The three countries experienced three different scenarios from 2000 to 2015: an increasing tax burden in the UK, a decreasing tax burden in Canada, and an unchanged tax burden in the U.S. But other factors were also affecting the growth rate of the nations over this period.
The second issue, then, is that economic growth in a global marketplace depends on the growth of other economies. Growth in one country is often correlated with growth in another. For this reason, one should be wary of simple correlations between economic growth rates and a single factor affecting it.
There are other indicators of economic development, which are less susceptible to fluctuations in world markets and more closely related to capital formation. The average wage growth is an alternative metric for describing the economic health of a country. An increase in the average wage suggests that productivity is growing, and businesses are expanding operations and seeking qualified personnel. However, businesses are cautious about hiring full-time personnel if the economic outlook is uncertain. Therefore, the average wage tends to increase with economic growth, but is less sensitive to short-term market fluctuations.

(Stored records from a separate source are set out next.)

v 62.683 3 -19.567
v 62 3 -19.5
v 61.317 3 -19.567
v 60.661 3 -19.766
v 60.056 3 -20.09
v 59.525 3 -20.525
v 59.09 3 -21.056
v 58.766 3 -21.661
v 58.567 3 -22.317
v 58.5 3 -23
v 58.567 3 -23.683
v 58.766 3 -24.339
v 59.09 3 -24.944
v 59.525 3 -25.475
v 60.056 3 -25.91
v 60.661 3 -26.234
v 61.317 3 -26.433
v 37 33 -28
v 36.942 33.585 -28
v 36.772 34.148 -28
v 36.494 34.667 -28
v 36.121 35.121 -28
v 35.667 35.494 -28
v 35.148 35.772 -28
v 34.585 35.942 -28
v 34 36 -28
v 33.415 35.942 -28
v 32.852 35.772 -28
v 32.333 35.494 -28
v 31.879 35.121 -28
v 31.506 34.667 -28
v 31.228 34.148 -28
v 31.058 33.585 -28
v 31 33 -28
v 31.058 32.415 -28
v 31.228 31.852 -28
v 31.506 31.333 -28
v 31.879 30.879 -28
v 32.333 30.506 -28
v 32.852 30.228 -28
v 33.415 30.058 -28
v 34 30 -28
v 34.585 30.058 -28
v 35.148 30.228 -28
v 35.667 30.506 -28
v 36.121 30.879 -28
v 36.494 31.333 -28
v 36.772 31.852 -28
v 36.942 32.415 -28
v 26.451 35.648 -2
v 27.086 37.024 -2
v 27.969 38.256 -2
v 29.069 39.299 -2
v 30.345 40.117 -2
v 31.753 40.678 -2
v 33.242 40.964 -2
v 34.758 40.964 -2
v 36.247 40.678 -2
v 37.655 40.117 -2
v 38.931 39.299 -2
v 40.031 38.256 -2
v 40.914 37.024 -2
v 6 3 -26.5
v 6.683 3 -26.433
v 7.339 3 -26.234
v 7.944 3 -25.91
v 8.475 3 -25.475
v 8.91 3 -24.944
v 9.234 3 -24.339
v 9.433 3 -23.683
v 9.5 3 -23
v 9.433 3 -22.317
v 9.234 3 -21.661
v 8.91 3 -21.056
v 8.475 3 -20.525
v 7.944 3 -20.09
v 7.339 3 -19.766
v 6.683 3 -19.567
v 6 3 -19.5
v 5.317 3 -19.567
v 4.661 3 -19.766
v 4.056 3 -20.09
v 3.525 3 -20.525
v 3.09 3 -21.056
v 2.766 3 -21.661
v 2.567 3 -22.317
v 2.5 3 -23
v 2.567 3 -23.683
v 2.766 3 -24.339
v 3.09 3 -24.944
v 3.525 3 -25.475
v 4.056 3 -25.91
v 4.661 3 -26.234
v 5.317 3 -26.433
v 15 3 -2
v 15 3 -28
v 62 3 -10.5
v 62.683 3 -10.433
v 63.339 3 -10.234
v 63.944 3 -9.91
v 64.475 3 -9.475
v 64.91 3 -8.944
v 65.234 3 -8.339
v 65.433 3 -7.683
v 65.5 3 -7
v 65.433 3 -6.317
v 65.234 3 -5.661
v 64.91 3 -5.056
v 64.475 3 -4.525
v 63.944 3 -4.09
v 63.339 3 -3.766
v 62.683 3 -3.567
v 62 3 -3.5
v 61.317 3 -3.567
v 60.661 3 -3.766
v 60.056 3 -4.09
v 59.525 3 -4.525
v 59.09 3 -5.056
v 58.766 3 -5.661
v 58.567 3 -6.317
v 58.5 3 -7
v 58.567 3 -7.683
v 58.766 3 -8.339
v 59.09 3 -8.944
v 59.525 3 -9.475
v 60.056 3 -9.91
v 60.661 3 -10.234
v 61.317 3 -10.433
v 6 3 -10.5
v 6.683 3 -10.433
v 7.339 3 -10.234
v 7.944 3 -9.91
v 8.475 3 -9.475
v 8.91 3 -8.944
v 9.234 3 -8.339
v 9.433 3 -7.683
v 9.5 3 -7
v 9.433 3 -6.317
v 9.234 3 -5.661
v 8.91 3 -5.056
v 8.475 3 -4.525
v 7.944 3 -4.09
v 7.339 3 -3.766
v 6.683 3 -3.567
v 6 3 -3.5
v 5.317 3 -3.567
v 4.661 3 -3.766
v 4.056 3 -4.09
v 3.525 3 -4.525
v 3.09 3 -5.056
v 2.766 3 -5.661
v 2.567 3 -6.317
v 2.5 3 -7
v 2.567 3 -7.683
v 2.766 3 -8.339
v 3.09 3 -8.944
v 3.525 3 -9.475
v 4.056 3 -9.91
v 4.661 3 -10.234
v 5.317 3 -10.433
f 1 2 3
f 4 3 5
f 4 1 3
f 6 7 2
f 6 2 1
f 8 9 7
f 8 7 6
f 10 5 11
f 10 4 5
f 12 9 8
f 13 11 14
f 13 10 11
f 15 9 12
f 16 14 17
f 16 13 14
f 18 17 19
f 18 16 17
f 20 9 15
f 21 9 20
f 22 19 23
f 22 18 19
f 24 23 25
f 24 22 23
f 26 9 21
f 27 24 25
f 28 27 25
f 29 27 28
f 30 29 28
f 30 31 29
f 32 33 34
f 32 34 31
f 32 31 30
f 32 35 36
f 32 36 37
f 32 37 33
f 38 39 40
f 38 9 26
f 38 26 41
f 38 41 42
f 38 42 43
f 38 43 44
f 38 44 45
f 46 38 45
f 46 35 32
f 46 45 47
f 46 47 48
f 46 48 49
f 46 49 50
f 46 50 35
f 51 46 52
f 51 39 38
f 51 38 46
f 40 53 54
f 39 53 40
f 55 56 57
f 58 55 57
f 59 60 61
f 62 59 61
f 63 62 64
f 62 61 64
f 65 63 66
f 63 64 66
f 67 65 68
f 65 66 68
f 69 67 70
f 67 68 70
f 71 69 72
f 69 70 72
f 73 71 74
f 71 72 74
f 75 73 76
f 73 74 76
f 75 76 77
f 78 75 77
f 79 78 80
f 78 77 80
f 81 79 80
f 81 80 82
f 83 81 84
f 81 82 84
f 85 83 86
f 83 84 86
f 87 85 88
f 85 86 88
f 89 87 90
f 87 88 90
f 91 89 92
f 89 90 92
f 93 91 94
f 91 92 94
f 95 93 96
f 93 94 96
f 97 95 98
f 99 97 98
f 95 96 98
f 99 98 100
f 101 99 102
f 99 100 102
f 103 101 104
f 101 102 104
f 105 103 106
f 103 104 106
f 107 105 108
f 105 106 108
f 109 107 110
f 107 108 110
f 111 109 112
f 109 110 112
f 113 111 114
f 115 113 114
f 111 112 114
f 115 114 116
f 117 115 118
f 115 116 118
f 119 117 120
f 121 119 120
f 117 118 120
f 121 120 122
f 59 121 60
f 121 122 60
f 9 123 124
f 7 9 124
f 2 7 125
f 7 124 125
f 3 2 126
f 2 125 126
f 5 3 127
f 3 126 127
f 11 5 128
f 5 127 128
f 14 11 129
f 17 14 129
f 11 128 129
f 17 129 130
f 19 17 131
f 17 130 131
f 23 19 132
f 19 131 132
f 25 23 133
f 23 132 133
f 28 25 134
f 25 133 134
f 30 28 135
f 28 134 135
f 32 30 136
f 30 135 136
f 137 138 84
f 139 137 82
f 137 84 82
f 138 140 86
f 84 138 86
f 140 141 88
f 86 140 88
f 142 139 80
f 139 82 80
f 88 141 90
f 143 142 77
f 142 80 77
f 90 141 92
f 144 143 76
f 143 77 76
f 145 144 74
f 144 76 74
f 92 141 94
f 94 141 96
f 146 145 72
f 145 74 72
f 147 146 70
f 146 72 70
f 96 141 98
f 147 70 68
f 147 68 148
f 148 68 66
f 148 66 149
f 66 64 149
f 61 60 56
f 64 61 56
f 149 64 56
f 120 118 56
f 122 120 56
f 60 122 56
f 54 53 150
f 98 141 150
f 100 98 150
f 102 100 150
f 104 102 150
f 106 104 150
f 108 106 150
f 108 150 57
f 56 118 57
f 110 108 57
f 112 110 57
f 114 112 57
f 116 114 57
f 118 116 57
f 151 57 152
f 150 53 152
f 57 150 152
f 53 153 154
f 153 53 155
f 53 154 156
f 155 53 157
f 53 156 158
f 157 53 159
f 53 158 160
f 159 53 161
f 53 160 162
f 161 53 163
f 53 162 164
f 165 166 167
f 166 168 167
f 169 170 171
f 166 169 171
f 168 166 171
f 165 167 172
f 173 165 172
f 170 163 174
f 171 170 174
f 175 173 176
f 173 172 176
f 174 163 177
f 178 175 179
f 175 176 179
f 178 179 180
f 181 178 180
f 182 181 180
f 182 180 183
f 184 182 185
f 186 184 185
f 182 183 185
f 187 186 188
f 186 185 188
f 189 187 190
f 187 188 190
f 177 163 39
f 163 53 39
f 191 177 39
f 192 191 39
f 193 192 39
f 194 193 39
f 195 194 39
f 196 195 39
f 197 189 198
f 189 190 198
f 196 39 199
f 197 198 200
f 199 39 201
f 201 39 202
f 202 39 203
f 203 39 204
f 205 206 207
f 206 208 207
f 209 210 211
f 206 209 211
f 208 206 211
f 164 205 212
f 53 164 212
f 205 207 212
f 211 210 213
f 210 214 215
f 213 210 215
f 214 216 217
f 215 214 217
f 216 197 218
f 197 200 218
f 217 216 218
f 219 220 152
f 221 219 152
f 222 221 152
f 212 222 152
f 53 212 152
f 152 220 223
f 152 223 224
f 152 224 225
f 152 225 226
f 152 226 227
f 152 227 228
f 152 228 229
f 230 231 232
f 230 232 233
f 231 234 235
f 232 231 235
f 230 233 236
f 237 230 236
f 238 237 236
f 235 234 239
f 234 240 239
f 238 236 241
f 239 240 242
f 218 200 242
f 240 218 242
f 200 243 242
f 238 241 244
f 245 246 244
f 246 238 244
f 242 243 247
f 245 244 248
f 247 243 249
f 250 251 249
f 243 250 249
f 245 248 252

Utilizing the OECD average wage growth as a baseline, I compared the three countries over the period from 2000 to 2015 that Greg Ip presented in his article. Over the 15-year period, Canada’s effective marginal rate was generally falling. At the same time, Canada’s average wage grew significantly faster than the average wage across the OECD.
Conversely, the UK’s EMTR was unchanged until their tax reform in 2007. From 2000 to 2007, the average wage growth was above that of the OECD. After the 2007 tax reforms, the EMTR increased due to a change in capital allowances. As the EMTR increased, the UK began to experience negative average wage growth, even as the OECD had positive average wage growth over the same period.

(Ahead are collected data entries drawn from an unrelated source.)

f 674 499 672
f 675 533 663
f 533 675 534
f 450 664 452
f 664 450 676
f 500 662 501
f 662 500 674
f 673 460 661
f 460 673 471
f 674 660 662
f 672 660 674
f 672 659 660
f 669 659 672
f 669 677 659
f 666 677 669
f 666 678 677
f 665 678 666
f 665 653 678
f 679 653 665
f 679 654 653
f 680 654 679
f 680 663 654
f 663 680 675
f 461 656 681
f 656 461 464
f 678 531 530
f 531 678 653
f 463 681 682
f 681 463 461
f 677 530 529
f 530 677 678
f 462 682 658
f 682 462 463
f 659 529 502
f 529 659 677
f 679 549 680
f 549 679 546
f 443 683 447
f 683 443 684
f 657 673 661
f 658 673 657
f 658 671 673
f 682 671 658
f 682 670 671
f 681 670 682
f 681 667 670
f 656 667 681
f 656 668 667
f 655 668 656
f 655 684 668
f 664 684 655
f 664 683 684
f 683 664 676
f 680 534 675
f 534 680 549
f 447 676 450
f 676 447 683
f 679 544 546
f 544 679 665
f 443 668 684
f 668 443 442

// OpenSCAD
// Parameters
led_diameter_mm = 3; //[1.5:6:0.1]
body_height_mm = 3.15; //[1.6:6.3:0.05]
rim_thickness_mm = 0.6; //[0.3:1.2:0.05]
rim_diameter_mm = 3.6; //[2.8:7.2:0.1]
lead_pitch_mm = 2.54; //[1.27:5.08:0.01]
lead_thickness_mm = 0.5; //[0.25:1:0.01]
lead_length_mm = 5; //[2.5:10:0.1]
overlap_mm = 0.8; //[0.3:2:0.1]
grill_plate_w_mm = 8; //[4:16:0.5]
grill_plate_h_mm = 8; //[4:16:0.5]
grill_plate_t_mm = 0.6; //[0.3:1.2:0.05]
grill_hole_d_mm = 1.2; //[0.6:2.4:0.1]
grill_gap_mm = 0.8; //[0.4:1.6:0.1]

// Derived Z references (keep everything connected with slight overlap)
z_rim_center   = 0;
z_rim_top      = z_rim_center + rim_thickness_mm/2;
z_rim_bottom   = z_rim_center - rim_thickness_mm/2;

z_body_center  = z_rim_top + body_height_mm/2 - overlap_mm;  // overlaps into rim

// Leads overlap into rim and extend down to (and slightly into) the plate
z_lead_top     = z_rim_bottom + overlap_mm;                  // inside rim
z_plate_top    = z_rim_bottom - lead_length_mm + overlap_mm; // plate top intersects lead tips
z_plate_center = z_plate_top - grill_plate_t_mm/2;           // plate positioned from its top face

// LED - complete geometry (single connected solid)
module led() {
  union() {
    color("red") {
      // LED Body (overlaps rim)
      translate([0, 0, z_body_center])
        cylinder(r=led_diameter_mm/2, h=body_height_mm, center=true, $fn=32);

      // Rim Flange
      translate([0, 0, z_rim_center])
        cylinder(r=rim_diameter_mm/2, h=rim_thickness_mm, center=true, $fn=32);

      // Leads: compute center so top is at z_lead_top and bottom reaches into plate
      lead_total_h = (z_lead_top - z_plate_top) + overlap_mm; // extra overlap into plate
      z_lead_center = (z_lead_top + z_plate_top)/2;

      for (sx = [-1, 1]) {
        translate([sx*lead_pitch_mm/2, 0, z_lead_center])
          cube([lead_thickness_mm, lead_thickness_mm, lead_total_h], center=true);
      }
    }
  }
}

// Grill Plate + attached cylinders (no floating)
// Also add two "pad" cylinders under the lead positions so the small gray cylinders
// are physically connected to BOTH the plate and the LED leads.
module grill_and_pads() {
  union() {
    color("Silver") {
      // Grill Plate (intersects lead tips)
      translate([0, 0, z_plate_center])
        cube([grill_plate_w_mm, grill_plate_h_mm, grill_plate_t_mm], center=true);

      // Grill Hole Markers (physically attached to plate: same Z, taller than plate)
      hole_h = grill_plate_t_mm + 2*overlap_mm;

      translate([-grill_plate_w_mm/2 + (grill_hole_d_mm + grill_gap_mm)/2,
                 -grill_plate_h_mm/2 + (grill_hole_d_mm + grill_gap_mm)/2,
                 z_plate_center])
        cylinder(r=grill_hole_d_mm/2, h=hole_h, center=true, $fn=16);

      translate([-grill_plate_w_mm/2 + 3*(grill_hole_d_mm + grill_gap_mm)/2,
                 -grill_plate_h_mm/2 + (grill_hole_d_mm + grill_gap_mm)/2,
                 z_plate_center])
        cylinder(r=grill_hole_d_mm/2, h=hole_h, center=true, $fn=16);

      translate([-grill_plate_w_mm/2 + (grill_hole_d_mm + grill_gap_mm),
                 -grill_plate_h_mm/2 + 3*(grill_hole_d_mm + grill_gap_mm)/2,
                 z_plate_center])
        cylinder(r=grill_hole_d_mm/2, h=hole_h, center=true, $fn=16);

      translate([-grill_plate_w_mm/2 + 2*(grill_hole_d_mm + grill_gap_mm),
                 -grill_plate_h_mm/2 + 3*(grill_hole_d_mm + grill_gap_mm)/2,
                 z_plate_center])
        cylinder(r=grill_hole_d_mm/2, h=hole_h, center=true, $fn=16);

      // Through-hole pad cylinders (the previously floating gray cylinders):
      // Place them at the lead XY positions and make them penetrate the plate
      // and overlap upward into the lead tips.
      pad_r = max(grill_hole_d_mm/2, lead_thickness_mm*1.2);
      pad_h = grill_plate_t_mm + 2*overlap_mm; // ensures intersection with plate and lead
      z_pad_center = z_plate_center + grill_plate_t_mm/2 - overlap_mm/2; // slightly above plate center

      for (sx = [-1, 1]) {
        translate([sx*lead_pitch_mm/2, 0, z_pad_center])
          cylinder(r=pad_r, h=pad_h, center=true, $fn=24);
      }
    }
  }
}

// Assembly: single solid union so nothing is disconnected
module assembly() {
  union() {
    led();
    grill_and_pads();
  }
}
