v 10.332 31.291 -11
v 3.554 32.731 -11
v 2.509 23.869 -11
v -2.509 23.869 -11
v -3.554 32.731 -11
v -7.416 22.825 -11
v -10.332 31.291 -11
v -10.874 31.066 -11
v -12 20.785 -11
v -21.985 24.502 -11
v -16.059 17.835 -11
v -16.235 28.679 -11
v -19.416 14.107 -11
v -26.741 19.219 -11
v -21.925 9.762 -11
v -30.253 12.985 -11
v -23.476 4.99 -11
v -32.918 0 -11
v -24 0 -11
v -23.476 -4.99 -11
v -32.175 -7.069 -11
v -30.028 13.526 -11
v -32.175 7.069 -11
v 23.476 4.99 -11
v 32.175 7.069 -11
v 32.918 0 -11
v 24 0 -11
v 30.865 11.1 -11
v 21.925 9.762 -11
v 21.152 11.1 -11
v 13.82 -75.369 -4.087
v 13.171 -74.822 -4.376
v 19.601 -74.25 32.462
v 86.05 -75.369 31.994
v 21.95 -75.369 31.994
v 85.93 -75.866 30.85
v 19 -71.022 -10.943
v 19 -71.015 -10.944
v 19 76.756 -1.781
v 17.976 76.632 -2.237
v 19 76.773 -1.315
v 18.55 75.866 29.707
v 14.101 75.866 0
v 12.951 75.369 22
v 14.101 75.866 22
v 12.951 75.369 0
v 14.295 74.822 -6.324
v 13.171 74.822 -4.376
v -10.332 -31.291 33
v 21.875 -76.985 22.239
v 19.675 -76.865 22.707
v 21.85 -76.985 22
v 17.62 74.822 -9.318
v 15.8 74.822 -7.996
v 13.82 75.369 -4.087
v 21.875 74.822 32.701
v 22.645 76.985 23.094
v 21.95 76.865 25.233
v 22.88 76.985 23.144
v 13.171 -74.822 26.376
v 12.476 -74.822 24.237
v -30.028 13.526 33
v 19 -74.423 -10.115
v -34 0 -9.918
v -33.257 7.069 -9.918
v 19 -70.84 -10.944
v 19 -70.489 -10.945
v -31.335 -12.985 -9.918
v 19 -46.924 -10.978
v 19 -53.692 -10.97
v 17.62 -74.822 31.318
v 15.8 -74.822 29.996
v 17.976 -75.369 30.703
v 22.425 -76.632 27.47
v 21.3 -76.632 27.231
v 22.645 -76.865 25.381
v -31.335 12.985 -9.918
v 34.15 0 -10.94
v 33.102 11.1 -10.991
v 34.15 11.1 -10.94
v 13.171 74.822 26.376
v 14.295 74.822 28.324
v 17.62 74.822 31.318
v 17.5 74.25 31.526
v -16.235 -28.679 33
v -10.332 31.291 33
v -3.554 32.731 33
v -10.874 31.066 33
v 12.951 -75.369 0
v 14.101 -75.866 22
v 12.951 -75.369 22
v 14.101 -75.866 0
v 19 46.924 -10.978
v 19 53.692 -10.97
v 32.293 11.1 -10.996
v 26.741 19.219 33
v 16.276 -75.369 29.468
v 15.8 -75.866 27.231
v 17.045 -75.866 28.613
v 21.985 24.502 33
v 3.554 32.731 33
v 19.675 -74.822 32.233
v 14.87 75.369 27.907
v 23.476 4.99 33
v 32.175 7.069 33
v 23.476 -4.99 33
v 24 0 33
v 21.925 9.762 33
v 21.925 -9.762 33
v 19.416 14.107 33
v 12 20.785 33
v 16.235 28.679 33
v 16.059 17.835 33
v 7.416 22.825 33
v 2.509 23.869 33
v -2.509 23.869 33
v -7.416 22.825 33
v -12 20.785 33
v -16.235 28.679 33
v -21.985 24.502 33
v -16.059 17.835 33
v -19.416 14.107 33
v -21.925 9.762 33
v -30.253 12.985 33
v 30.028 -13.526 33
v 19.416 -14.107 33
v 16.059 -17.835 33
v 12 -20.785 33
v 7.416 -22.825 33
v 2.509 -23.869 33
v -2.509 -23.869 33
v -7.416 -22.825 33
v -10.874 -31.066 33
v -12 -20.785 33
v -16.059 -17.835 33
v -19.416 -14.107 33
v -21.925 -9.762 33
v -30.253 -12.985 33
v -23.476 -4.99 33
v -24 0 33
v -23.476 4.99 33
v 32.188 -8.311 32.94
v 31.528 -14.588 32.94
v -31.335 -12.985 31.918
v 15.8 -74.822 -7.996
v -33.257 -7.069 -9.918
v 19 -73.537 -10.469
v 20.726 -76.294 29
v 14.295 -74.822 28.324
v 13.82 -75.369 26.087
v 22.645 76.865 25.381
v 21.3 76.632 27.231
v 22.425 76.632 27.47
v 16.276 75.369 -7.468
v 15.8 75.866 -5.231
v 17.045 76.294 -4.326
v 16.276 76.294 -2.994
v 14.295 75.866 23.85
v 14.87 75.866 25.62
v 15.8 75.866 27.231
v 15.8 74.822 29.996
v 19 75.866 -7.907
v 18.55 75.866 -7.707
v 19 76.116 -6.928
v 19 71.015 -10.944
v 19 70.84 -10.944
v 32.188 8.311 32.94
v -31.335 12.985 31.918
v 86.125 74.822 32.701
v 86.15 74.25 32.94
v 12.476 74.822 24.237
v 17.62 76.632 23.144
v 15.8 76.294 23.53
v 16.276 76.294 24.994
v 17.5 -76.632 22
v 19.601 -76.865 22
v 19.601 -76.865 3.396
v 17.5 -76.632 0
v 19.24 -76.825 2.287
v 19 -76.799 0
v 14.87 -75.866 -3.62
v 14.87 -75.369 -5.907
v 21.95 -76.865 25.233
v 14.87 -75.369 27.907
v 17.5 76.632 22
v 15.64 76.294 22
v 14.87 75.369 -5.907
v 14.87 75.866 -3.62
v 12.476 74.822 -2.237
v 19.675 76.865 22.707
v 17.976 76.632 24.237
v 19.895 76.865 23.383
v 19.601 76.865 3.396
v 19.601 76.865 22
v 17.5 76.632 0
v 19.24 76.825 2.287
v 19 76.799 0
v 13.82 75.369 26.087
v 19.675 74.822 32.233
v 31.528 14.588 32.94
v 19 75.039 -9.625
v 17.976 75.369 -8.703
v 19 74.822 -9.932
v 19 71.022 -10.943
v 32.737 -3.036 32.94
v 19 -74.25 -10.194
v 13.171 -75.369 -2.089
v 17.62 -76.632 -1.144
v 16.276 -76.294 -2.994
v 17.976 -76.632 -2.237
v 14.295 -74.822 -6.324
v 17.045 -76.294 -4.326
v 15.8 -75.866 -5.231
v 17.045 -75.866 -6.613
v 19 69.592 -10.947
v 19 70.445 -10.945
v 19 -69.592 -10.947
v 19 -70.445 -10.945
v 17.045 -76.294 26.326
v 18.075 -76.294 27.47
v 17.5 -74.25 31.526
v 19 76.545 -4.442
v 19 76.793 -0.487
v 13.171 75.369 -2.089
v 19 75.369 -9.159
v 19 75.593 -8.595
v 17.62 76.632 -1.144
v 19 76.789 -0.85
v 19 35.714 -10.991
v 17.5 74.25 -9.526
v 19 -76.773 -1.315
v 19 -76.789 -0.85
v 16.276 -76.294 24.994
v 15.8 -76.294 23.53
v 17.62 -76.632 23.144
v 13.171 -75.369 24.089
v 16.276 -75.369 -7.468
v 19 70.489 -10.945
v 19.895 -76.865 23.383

By comparison, the United States’ EMTR did not change significantly over the 15-year period, and the average wage growth in the United Sates was similar to the average wage growth of the OECD.
The average wage is not a perfect metric for economic growth. The level of the wage has other influences, and determining which influence affects the wage is difficult.

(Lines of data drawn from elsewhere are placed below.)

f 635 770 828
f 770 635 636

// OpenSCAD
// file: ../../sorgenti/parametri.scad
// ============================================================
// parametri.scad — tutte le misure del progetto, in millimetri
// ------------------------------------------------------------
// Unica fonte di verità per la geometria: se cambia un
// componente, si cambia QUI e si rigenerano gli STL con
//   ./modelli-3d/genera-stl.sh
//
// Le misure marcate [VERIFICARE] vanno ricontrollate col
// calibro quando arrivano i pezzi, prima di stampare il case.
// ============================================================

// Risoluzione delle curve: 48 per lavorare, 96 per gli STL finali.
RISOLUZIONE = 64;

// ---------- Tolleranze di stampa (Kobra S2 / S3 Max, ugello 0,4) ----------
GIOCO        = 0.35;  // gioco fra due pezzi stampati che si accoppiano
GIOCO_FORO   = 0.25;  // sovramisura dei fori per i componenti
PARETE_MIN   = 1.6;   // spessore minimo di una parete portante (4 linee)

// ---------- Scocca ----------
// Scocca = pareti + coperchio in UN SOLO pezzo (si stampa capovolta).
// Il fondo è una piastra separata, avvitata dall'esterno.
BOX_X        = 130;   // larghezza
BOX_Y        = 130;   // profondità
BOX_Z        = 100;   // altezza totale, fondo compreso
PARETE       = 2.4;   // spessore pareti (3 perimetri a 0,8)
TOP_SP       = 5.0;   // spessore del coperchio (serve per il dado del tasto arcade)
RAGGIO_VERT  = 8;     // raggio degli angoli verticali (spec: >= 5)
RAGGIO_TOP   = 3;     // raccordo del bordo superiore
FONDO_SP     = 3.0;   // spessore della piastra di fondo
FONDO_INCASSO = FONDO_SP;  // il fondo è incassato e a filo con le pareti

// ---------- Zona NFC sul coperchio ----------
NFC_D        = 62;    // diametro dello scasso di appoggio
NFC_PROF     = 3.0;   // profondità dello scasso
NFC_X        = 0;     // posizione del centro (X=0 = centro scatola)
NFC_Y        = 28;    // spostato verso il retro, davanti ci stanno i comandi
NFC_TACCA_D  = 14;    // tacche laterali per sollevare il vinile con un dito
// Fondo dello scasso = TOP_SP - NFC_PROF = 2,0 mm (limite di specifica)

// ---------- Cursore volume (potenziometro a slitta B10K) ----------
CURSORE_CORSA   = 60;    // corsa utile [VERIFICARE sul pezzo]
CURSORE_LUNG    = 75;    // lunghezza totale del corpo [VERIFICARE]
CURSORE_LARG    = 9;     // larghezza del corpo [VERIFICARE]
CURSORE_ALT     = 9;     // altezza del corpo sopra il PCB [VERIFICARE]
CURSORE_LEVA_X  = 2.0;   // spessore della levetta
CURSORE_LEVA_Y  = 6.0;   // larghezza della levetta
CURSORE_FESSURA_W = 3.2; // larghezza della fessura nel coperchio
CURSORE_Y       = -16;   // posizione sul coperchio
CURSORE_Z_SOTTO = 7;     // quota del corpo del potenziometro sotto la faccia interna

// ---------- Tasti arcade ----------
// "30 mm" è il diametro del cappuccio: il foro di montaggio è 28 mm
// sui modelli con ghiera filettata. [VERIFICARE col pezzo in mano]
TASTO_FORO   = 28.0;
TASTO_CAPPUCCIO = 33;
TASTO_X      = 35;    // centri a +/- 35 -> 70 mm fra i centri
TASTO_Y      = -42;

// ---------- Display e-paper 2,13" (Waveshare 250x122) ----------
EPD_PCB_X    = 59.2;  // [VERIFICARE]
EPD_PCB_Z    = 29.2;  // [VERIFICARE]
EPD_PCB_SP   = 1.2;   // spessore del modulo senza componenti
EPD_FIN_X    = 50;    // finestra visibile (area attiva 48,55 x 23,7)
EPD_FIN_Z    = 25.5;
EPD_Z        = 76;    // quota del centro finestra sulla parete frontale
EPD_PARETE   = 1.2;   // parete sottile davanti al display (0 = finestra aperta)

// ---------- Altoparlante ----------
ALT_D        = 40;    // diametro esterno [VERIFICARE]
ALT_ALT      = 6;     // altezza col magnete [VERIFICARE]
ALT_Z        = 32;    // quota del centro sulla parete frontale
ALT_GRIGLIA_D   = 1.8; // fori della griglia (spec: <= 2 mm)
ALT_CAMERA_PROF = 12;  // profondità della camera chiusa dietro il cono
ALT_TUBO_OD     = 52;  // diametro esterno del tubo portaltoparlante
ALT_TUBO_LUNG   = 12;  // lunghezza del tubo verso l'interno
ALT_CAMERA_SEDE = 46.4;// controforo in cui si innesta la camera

This illustrates the point: none of the available metrics for economic growth are perfect. The average wage has problems just as much as the percent change in GDP has problems. For this reason, Andrei Shleifer’s and Kevin Hassett’s studies mentioned by Greg Ip analyzed very specific economic situations where the economic effect from a tax policy change could be separated from other economic influences.
Countries that are integrated into the world economy are part of a complex web of production and consumption, which is difficult to unwind. As such, the effects of tax policy on economic growth is sometimes elusive, especially when other factors are changing dramatically in a world economy, as with the great recession following the housing shock. The relationship is often clearer in more closed economies during less economically turbulent periods, as in the years immediately following the Kennedy tax cuts.
One final conceptual note is key to understanding the relationship between taxes and growth. The effect of a tax change on the growth rate is likely only temporary. Reducing the taxes on capital formation will make it possible for the economy to create and maintain more capital. As the new capital is formed, the economy may grow faster for a period. Once the new level of capital is achieved, growth should resume at a more normal pace. A similar, though more muted, effect occurs when the marginal tax rates on labor move up or down.
Economic theory from the time of Adam Smith has shown that taxes stifle the incentive for individuals to work, take risks, and buy and sell goods and services. Rather than revisiting whether taxes affect economic behavior, research should focus on quantifying the tax burden on businesses and individuals, and the extent to which each type of tax affects economic incentives. Policymakers would be better served by research that helps them understand the trade-offs between different tax policies than by casual correlation exercises seeking to disprove fundamental principles of economics.